## HOW TO COMPLETE THIS TASK:
Print, from the listing below, the lines starting at the line containing "f 371 296 372" and ending at the line containing "f 1 134 132", exactly as they stand, and print nothing else.

## RECORDS FOR THIS TASK:
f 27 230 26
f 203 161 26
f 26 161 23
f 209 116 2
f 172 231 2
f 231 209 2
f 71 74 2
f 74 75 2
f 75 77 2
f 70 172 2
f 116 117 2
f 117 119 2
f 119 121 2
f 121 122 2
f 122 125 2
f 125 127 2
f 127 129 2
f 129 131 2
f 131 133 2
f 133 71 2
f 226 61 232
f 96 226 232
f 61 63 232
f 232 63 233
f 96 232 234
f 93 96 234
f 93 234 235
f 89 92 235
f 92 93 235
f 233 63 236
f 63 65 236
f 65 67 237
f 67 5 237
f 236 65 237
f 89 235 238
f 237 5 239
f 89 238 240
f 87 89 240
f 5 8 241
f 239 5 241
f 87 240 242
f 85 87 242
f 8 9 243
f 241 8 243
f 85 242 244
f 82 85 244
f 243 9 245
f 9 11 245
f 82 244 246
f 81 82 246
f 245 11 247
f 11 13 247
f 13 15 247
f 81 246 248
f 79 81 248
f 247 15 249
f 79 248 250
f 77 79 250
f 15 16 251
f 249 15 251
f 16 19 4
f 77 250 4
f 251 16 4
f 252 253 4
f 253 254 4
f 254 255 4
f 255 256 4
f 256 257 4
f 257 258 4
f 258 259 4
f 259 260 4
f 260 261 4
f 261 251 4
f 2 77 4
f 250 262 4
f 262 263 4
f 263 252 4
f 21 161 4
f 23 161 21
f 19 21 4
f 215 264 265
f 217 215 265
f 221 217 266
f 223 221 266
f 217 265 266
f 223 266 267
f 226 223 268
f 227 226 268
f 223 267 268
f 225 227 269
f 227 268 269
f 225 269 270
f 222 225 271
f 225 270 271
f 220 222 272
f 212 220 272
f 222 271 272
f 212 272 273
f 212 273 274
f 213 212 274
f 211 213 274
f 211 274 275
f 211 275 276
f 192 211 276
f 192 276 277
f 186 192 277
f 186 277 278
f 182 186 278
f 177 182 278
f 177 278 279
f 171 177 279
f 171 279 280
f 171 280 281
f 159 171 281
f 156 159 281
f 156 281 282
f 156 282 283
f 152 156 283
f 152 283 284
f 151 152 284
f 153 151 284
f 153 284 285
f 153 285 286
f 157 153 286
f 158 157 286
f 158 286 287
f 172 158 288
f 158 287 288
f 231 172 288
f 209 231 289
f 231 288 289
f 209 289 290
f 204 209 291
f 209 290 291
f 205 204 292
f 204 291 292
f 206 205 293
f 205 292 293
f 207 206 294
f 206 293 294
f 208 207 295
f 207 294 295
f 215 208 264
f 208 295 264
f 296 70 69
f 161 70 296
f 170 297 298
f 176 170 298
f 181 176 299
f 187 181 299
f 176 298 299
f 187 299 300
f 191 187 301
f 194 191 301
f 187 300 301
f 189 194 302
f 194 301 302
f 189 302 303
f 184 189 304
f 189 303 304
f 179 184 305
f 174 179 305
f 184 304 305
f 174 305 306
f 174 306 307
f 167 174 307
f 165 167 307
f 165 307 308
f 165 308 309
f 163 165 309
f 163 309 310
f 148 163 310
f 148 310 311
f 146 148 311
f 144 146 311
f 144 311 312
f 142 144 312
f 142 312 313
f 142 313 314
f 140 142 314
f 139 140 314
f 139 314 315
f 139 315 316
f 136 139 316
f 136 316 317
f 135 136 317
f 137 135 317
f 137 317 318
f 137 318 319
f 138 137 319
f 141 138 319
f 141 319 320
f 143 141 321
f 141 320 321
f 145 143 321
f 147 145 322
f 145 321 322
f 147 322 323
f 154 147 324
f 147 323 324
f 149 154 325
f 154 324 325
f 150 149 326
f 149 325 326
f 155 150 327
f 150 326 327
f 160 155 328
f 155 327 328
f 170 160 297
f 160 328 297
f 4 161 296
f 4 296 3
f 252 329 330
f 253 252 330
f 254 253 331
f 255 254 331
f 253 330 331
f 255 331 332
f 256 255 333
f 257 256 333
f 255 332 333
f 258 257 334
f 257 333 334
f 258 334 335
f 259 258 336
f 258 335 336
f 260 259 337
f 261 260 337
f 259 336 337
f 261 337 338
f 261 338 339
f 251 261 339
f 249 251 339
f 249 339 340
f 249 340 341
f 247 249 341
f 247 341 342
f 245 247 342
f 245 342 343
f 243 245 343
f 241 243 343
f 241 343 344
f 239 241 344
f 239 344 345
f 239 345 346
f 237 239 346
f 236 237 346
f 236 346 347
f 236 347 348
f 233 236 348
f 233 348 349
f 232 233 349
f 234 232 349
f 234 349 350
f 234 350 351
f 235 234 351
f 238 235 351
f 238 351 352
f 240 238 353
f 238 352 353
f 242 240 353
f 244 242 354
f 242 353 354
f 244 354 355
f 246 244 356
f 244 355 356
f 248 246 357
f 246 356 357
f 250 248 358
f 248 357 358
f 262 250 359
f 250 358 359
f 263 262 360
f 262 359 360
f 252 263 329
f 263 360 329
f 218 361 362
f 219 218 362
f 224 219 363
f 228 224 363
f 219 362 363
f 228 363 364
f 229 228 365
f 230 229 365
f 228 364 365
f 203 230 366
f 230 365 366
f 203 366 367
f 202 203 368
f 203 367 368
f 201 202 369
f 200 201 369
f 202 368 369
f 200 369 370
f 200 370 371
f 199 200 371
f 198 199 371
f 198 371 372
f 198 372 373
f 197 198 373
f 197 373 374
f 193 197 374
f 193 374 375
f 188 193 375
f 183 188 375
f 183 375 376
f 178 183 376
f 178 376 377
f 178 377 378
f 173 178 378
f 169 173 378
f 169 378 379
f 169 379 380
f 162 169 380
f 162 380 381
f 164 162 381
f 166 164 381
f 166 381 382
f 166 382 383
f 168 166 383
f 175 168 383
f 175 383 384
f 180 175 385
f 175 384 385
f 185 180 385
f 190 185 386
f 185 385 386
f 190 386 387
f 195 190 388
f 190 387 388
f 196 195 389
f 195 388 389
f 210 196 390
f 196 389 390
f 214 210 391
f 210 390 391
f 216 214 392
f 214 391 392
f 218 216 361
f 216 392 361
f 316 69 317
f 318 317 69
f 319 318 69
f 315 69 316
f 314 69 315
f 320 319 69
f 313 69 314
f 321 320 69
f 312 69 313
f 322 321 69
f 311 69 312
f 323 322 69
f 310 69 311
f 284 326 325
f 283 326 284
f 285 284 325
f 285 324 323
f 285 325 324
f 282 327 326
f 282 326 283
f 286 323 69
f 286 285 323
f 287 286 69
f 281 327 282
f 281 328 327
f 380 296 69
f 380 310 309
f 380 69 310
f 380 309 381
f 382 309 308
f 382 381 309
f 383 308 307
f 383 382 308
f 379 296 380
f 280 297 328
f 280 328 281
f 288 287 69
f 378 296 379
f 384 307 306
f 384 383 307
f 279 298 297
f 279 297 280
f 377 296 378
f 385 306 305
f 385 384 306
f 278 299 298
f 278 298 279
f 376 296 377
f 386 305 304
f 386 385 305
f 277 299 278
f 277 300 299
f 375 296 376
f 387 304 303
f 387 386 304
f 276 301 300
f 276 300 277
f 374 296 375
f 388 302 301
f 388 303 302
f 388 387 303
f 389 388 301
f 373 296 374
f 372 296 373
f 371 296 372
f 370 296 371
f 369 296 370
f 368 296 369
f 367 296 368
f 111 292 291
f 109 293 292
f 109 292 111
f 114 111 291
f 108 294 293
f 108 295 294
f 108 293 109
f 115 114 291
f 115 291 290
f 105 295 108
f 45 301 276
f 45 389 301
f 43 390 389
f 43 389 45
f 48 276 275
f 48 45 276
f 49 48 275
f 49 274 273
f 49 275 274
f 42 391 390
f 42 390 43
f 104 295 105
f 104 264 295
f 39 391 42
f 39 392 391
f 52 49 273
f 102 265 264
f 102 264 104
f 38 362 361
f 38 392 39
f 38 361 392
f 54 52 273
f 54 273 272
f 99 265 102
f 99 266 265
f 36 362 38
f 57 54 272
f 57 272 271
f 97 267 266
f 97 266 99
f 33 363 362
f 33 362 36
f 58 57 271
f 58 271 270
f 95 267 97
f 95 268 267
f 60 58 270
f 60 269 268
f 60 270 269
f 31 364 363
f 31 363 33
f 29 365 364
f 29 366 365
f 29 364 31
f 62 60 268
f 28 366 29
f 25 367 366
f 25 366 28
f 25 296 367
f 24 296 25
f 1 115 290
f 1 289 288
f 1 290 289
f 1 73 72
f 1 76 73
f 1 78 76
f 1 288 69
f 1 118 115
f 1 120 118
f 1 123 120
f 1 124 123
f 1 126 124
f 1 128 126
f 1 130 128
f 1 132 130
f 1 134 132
---
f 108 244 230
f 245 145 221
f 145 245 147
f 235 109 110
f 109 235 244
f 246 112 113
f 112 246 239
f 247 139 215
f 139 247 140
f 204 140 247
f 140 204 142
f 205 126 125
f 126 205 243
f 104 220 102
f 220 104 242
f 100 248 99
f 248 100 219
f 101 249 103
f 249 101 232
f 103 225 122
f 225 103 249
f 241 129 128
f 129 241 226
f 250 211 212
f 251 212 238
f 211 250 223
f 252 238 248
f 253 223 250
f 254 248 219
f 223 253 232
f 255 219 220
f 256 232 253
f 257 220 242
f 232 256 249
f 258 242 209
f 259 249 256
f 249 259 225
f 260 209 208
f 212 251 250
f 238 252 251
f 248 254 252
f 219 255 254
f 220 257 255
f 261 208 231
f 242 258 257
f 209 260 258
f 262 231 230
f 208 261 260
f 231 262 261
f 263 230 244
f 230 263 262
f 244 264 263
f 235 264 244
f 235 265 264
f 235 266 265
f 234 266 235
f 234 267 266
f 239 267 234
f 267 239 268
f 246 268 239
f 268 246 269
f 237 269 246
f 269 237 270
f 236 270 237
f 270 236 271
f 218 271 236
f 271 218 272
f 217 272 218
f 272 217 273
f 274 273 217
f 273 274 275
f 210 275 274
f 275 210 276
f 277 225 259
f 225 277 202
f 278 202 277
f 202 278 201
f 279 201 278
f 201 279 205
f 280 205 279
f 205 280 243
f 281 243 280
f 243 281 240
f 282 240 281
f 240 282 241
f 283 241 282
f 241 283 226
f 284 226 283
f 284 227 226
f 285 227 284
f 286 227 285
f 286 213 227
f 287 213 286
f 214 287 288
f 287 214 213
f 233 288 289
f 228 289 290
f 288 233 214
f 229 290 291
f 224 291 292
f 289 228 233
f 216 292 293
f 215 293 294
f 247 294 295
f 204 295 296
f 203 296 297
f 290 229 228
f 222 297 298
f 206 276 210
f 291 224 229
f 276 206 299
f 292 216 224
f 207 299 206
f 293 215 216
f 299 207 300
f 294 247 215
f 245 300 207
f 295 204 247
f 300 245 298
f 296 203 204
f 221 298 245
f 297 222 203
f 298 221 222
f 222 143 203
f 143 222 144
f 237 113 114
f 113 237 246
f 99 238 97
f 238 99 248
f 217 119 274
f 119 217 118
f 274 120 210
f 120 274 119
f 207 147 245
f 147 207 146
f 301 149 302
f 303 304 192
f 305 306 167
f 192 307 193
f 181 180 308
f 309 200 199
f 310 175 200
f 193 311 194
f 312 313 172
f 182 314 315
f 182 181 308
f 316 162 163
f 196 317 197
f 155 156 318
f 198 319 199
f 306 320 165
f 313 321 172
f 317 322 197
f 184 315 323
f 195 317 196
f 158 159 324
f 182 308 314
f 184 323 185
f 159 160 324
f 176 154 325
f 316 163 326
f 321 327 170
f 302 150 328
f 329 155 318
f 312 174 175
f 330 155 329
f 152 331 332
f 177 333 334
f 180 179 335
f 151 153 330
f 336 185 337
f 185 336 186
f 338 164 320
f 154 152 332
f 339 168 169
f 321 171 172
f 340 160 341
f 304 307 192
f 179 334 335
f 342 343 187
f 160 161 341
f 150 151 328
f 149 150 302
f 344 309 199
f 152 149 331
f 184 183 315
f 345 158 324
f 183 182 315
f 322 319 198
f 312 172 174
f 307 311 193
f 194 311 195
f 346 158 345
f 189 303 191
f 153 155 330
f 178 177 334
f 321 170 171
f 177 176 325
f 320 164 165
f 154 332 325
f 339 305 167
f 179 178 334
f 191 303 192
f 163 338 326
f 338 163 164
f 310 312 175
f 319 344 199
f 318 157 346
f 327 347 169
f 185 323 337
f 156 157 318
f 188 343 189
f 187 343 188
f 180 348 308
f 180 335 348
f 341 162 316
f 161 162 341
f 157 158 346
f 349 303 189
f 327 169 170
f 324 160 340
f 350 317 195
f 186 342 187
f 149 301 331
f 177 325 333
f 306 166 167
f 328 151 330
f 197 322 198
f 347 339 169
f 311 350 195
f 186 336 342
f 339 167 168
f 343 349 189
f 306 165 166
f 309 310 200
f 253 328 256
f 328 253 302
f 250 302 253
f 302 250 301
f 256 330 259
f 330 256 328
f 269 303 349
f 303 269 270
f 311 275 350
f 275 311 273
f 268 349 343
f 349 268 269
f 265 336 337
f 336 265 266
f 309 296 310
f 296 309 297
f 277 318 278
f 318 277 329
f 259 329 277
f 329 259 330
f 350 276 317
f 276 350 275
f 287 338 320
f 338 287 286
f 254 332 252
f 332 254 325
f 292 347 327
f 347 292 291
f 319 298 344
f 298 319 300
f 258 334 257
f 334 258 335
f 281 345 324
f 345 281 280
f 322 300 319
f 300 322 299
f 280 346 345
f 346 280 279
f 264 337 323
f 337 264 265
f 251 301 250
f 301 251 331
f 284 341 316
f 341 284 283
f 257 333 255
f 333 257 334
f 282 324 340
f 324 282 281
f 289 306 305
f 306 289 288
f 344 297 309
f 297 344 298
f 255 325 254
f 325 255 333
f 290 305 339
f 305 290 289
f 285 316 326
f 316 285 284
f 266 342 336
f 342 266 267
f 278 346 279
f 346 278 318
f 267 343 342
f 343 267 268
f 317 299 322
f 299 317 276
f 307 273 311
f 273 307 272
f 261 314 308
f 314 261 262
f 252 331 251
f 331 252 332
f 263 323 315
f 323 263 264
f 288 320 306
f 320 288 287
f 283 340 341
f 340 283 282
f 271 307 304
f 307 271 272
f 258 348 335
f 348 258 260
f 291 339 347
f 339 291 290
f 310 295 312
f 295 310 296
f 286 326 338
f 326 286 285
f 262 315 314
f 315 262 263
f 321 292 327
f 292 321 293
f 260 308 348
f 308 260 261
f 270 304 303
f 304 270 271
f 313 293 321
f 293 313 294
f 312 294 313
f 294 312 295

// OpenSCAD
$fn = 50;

## SOLUTION TO THE EXERCISE:
f 371 296 372
f 370 296 371
f 369 296 370
f 368 296 369
f 367 296 368
f 111 292 291
f 109 293 292
f 109 292 111
f 114 111 291
f 108 294 293
f 108 295 294
f 108 293 109
f 115 114 291
f 115 291 290
f 105 295 108
f 45 301 276
f 45 389 301
f 43 390 389
f 43 389 45
f 48 276 275
f 48 45 276
f 49 48 275
f 49 274 273
f 49 275 274
f 42 391 390
f 42 390 43
f 104 295 105
f 104 264 295
f 39 391 42
f 39 392 391
f 52 49 273
f 102 265 264
f 102 264 104
f 38 362 361
f 38 392 39
f 38 361 392
f 54 52 273
f 54 273 272
f 99 265 102
f 99 266 265
f 36 362 38
f 57 54 272
f 57 272 271
f 97 267 266
f 97 266 99
f 33 363 362
f 33 362 36
f 58 57 271
f 58 271 270
f 95 267 97
f 95 268 267
f 60 58 270
f 60 269 268
f 60 270 269
f 31 364 363
f 31 363 33
f 29 365 364
f 29 366 365
f 29 364 31
f 62 60 268
f 28 366 29
f 25 367 366
f 25 366 28
f 25 296 367
f 24 296 25
f 1 115 290
f 1 289 288
f 1 290 289
f 1 73 72
f 1 76 73
f 1 78 76
f 1 288 69
f 1 118 115
f 1 120 118
f 1 123 120
f 1 124 123
f 1 126 124
f 1 128 126
f 1 130 128
f 1 132 130
f 1 134 132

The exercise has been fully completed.